-- Dataset content follows --
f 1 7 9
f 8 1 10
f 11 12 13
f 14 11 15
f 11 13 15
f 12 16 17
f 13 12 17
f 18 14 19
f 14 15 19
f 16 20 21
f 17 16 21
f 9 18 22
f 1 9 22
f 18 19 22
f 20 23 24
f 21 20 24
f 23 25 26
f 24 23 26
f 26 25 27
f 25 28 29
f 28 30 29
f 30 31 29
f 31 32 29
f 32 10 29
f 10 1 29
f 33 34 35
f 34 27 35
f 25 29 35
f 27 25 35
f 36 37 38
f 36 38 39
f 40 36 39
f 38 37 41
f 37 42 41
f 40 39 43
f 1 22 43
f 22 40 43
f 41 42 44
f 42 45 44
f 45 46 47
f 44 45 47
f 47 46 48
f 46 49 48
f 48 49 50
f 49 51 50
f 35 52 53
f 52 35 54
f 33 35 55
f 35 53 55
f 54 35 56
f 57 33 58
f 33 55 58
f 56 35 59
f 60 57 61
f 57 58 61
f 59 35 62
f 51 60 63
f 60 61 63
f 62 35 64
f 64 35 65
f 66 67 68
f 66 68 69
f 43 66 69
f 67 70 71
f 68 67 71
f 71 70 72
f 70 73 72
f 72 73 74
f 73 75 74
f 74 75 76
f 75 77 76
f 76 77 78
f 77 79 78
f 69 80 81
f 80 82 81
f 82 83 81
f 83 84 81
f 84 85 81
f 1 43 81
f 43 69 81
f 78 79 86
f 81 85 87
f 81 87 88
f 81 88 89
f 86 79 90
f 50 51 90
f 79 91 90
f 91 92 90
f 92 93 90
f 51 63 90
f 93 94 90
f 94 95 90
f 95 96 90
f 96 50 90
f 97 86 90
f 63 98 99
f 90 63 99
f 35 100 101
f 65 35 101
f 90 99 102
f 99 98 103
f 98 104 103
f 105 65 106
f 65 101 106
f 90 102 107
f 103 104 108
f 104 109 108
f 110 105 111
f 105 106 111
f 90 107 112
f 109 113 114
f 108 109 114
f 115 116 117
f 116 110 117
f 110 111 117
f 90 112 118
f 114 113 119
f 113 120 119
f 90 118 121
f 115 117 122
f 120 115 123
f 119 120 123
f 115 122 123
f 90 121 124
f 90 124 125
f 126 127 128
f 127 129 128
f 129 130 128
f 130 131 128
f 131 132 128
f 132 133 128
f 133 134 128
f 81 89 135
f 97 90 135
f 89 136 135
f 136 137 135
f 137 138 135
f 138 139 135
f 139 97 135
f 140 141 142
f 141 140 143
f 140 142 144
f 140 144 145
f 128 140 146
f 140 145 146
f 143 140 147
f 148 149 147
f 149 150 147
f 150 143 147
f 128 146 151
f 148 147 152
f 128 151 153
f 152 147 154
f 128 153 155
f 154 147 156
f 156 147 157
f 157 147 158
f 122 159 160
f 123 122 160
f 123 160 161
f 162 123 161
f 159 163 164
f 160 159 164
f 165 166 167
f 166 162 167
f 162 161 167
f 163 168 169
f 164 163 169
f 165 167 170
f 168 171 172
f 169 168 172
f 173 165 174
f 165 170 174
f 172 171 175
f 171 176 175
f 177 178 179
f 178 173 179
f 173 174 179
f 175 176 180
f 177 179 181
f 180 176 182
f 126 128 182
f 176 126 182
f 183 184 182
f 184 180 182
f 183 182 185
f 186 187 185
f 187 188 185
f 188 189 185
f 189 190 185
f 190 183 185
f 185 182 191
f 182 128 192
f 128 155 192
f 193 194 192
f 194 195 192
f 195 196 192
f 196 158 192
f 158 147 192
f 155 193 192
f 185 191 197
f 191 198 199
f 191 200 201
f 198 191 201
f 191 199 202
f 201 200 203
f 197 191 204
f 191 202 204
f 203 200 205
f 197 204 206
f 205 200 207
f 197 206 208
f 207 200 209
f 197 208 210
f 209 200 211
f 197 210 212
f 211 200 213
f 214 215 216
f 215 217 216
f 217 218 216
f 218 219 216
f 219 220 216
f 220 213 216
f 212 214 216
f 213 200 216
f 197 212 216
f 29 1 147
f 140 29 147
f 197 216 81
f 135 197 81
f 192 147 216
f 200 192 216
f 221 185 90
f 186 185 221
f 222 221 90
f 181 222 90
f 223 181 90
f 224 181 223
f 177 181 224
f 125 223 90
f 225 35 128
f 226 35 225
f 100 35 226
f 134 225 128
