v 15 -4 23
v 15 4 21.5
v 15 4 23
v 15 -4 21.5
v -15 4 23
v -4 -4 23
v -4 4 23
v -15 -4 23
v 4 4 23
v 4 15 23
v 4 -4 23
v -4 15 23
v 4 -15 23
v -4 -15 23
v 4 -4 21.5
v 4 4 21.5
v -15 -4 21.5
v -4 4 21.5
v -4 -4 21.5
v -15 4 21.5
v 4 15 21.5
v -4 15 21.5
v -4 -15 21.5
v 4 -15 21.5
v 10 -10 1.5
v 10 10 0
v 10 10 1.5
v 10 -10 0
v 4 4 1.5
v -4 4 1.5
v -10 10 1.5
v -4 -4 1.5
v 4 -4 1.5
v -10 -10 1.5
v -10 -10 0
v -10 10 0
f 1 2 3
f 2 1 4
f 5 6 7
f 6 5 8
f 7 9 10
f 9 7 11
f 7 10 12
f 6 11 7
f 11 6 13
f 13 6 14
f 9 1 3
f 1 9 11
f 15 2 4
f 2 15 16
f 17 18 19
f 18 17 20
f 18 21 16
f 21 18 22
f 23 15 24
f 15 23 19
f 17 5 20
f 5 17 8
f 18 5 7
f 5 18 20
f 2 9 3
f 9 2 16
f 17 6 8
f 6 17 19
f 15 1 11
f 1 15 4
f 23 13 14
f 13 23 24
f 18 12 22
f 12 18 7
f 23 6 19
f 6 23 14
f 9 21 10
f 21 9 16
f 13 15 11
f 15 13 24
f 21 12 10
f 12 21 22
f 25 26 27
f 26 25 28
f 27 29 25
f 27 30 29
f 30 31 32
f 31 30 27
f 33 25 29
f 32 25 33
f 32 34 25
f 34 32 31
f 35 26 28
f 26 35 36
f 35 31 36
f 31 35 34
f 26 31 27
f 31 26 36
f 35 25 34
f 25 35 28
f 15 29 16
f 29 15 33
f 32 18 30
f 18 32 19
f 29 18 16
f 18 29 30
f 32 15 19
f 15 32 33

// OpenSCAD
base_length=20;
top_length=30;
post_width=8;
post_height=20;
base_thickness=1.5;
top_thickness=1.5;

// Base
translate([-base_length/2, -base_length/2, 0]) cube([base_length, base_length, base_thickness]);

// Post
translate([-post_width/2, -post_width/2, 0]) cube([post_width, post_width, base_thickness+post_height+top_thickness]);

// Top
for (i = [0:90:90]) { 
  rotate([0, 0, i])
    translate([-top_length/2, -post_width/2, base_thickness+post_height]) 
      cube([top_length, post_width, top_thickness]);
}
-- Dataset content concluded --
-- Dataset content follows --
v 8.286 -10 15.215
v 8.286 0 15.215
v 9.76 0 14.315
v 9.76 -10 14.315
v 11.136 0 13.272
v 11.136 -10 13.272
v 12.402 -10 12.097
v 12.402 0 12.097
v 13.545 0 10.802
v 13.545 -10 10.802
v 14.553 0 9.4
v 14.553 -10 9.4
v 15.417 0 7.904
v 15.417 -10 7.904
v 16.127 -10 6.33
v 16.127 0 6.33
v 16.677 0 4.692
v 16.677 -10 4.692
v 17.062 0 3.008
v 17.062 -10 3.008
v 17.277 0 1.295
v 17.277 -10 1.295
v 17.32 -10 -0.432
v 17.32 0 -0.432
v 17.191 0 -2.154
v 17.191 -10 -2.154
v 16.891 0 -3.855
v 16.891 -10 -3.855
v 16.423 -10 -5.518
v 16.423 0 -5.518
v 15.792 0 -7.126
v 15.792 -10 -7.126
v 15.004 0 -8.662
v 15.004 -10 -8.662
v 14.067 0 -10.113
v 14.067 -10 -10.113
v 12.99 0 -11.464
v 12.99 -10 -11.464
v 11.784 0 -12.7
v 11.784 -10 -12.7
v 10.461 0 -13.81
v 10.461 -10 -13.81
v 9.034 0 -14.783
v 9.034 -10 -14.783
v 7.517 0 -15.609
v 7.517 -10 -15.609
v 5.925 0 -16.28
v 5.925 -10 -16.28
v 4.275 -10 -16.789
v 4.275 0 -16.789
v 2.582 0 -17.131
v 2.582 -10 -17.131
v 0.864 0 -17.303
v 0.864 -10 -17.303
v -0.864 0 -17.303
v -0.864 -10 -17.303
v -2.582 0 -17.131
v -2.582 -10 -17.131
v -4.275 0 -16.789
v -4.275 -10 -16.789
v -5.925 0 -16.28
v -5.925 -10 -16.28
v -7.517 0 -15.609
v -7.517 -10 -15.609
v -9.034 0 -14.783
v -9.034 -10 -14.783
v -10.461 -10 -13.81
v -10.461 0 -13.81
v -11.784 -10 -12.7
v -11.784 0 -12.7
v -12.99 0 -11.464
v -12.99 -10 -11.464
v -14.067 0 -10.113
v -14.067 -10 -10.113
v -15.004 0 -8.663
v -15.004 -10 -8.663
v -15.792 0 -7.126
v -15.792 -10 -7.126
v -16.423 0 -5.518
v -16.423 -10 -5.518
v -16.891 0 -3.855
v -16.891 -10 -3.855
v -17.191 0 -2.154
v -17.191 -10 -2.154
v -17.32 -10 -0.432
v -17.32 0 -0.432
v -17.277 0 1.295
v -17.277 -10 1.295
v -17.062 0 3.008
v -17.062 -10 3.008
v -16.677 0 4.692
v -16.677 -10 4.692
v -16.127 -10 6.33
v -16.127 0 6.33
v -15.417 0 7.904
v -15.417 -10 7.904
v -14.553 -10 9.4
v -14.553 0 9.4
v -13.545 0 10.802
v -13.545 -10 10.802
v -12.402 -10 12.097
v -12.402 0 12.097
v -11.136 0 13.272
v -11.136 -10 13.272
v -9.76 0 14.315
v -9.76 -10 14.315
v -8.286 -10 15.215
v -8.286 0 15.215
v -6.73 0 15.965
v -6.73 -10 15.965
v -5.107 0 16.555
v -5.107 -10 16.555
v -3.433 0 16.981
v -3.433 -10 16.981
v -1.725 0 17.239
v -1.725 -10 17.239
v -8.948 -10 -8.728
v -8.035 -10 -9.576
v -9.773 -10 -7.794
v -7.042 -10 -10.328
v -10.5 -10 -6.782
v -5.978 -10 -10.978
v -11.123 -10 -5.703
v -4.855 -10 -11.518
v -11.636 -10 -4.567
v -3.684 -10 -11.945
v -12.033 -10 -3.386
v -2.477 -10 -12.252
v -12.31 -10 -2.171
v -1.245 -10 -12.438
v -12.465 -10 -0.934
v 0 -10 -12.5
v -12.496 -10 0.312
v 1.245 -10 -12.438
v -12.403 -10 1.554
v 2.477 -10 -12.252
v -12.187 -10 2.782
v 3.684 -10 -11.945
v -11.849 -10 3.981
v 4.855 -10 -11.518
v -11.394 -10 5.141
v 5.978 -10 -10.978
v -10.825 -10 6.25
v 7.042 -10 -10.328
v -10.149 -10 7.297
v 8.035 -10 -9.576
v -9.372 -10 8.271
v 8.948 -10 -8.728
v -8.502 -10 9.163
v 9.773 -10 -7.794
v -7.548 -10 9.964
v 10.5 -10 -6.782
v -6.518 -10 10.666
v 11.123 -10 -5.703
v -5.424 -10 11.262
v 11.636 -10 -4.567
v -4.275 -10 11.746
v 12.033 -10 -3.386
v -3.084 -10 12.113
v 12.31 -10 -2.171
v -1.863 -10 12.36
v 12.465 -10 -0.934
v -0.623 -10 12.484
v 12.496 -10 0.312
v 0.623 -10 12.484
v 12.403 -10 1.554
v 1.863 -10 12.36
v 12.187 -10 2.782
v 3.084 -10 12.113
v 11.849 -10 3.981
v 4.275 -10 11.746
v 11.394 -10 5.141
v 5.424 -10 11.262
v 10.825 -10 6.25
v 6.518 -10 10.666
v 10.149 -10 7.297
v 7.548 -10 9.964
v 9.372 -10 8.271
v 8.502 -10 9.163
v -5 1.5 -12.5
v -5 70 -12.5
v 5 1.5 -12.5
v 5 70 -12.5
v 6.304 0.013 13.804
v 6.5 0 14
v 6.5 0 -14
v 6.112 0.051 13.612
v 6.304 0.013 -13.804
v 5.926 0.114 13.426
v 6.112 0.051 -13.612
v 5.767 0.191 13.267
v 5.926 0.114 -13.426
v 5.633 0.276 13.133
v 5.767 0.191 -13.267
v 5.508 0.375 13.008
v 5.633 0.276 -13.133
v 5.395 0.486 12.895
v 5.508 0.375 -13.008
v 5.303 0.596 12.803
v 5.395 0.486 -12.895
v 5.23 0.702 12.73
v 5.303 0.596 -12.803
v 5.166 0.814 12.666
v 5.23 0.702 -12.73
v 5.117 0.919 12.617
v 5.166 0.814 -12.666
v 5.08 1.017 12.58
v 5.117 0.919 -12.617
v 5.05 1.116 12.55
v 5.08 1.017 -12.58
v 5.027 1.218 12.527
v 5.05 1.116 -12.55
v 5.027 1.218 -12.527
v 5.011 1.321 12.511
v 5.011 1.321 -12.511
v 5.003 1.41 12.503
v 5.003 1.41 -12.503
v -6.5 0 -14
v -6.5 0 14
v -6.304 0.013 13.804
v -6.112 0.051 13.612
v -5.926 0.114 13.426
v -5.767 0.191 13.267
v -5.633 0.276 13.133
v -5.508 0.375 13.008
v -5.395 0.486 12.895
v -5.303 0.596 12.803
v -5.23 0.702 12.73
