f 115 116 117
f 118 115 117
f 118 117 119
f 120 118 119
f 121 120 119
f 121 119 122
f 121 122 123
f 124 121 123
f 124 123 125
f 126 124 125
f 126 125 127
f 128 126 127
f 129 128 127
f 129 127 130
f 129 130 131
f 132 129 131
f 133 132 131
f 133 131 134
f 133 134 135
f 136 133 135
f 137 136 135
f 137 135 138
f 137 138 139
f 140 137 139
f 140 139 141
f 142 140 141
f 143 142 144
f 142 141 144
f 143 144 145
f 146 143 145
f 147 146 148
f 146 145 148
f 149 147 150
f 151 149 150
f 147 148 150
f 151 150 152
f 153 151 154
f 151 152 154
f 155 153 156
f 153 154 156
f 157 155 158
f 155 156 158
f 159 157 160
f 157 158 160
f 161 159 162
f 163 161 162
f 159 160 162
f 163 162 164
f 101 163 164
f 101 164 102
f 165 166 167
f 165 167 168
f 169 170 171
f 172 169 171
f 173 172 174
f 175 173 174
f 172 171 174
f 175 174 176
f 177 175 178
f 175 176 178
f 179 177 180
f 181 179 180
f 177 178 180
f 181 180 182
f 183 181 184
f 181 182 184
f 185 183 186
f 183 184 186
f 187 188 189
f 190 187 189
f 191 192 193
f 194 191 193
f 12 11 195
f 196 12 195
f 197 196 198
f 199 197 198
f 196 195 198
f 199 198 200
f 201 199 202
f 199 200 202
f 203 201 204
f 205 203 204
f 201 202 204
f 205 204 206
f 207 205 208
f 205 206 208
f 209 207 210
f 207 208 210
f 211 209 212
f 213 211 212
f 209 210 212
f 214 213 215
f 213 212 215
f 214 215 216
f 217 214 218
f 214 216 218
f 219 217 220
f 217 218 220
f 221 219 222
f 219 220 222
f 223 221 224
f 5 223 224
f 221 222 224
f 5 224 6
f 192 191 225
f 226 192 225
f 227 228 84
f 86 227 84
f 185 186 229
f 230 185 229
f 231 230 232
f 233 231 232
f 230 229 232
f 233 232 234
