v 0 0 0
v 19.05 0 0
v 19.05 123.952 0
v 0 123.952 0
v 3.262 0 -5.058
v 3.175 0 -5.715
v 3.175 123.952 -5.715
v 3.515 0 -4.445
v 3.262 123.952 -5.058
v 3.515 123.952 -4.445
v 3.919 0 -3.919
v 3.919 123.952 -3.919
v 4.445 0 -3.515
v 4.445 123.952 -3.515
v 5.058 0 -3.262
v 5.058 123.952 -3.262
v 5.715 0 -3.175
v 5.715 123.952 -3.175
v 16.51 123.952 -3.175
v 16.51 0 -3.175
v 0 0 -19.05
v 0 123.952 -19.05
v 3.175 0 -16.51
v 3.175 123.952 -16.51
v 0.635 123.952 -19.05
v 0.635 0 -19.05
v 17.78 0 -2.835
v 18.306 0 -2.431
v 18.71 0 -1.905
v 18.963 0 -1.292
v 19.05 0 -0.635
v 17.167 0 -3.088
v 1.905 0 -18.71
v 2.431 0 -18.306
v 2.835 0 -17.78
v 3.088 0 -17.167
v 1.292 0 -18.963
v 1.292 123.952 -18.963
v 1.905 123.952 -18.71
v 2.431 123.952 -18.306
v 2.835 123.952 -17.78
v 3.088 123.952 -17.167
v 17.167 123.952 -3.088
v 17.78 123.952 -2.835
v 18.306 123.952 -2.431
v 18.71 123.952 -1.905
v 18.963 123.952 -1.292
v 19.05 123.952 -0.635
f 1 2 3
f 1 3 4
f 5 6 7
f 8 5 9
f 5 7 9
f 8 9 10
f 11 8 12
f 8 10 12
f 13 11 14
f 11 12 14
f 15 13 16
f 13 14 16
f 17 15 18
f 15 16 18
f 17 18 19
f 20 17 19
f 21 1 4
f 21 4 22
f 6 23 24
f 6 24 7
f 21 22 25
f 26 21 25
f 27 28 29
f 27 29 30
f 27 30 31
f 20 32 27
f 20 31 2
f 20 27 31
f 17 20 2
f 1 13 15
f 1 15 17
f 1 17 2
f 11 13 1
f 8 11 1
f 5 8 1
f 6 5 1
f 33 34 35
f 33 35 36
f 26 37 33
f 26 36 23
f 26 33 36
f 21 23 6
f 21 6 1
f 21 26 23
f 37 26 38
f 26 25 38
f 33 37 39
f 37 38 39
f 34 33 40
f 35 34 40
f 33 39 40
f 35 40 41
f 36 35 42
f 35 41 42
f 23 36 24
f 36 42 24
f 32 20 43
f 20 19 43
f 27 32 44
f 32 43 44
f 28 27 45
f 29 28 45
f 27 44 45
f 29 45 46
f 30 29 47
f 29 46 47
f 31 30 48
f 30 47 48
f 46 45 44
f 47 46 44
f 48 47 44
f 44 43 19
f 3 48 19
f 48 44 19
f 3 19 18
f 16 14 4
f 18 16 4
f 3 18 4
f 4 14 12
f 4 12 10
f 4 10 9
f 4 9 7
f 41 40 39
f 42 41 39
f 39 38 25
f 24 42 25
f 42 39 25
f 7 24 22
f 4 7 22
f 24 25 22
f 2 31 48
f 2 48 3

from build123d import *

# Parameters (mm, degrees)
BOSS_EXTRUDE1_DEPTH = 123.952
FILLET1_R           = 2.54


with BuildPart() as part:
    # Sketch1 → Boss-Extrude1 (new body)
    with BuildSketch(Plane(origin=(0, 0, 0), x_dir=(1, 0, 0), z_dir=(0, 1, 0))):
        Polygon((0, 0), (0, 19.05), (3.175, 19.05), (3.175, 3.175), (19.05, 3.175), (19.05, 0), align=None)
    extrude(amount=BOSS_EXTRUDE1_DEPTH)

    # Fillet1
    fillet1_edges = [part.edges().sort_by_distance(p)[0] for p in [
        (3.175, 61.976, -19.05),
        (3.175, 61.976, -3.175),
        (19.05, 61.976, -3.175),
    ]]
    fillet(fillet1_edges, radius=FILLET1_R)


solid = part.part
-- Dataset content concluded --
Task goal ::
Every line above from the line with "v 5.05 1.116 -12.55" to the line with "v 3.919 0 -3.919" is wanted, ends included; write them out exactly and add no other line.

Completed exercise ::
v 5.05 1.116 -12.55
v 5.027 1.218 -12.527
v 5.011 1.321 12.511
v 5.011 1.321 -12.511
v 5.003 1.41 12.503
v 5.003 1.41 -12.503
v -6.5 0 -14
v -6.5 0 14
v -6.304 0.013 13.804
v -6.112 0.051 13.612
v -5.926 0.114 13.426
v -5.767 0.191 13.267
v -5.633 0.276 13.133
v -5.508 0.375 13.008
v -5.395 0.486 12.895
v -5.303 0.596 12.803
v -5.23 0.702 12.73
f 115 116 117
f 118 115 117
f 118 117 119
f 120 118 119
f 121 120 119
f 121 119 122
f 121 122 123
f 124 121 123
f 124 123 125
f 126 124 125
f 126 125 127
f 128 126 127
f 129 128 127
f 129 127 130
f 129 130 131
f 132 129 131
f 133 132 131
f 133 131 134
f 133 134 135
f 136 133 135
f 137 136 135
f 137 135 138
f 137 138 139
f 140 137 139
f 140 139 141
f 142 140 141
f 143 142 144
f 142 141 144
f 143 144 145
f 146 143 145
f 147 146 148
f 146 145 148
f 149 147 150
f 151 149 150
f 147 148 150
f 151 150 152
f 153 151 154
f 151 152 154
f 155 153 156
f 153 154 156
f 157 155 158
f 155 156 158
f 159 157 160
f 157 158 160
f 161 159 162
f 163 161 162
f 159 160 162
f 163 162 164
f 101 163 164
f 101 164 102
f 165 166 167
f 165 167 168
f 169 170 171
f 172 169 171
f 173 172 174
f 175 173 174
f 172 171 174
f 175 174 176
f 177 175 178
f 175 176 178
f 179 177 180
f 181 179 180
f 177 178 180
f 181 180 182
f 183 181 184
f 181 182 184
f 185 183 186
f 183 184 186
f 187 188 189
f 190 187 189
f 191 192 193
f 194 191 193
f 12 11 195
f 196 12 195
f 197 196 198
f 199 197 198
f 196 195 198
f 199 198 200
f 201 199 202
f 199 200 202
f 203 201 204
f 205 203 204
f 201 202 204
f 205 204 206
f 207 205 208
f 205 206 208
f 209 207 210
f 207 208 210
f 211 209 212
f 213 211 212
f 209 210 212
f 214 213 215
f 213 212 215
f 214 215 216
f 217 214 218
f 214 216 218
f 219 217 220
f 217 218 220
f 221 219 222
f 219 220 222
f 223 221 224
f 5 223 224
f 221 222 224
f 5 224 6
f 192 191 225
f 226 192 225
f 227 228 84
f 86 227 84
f 185 186 229
f 230 185 229
f 231 230 232
f 233 231 232
f 230 229 232
f 233 232 234
v 0 0 0
v 19.05 0 0
v 19.05 123.952 0
v 0 123.952 0
v 3.262 0 -5.058
v 3.175 0 -5.715
v 3.175 123.952 -5.715
v 3.515 0 -4.445
v 3.262 123.952 -5.058
v 3.515 123.952 -4.445
v 3.919 0 -3.919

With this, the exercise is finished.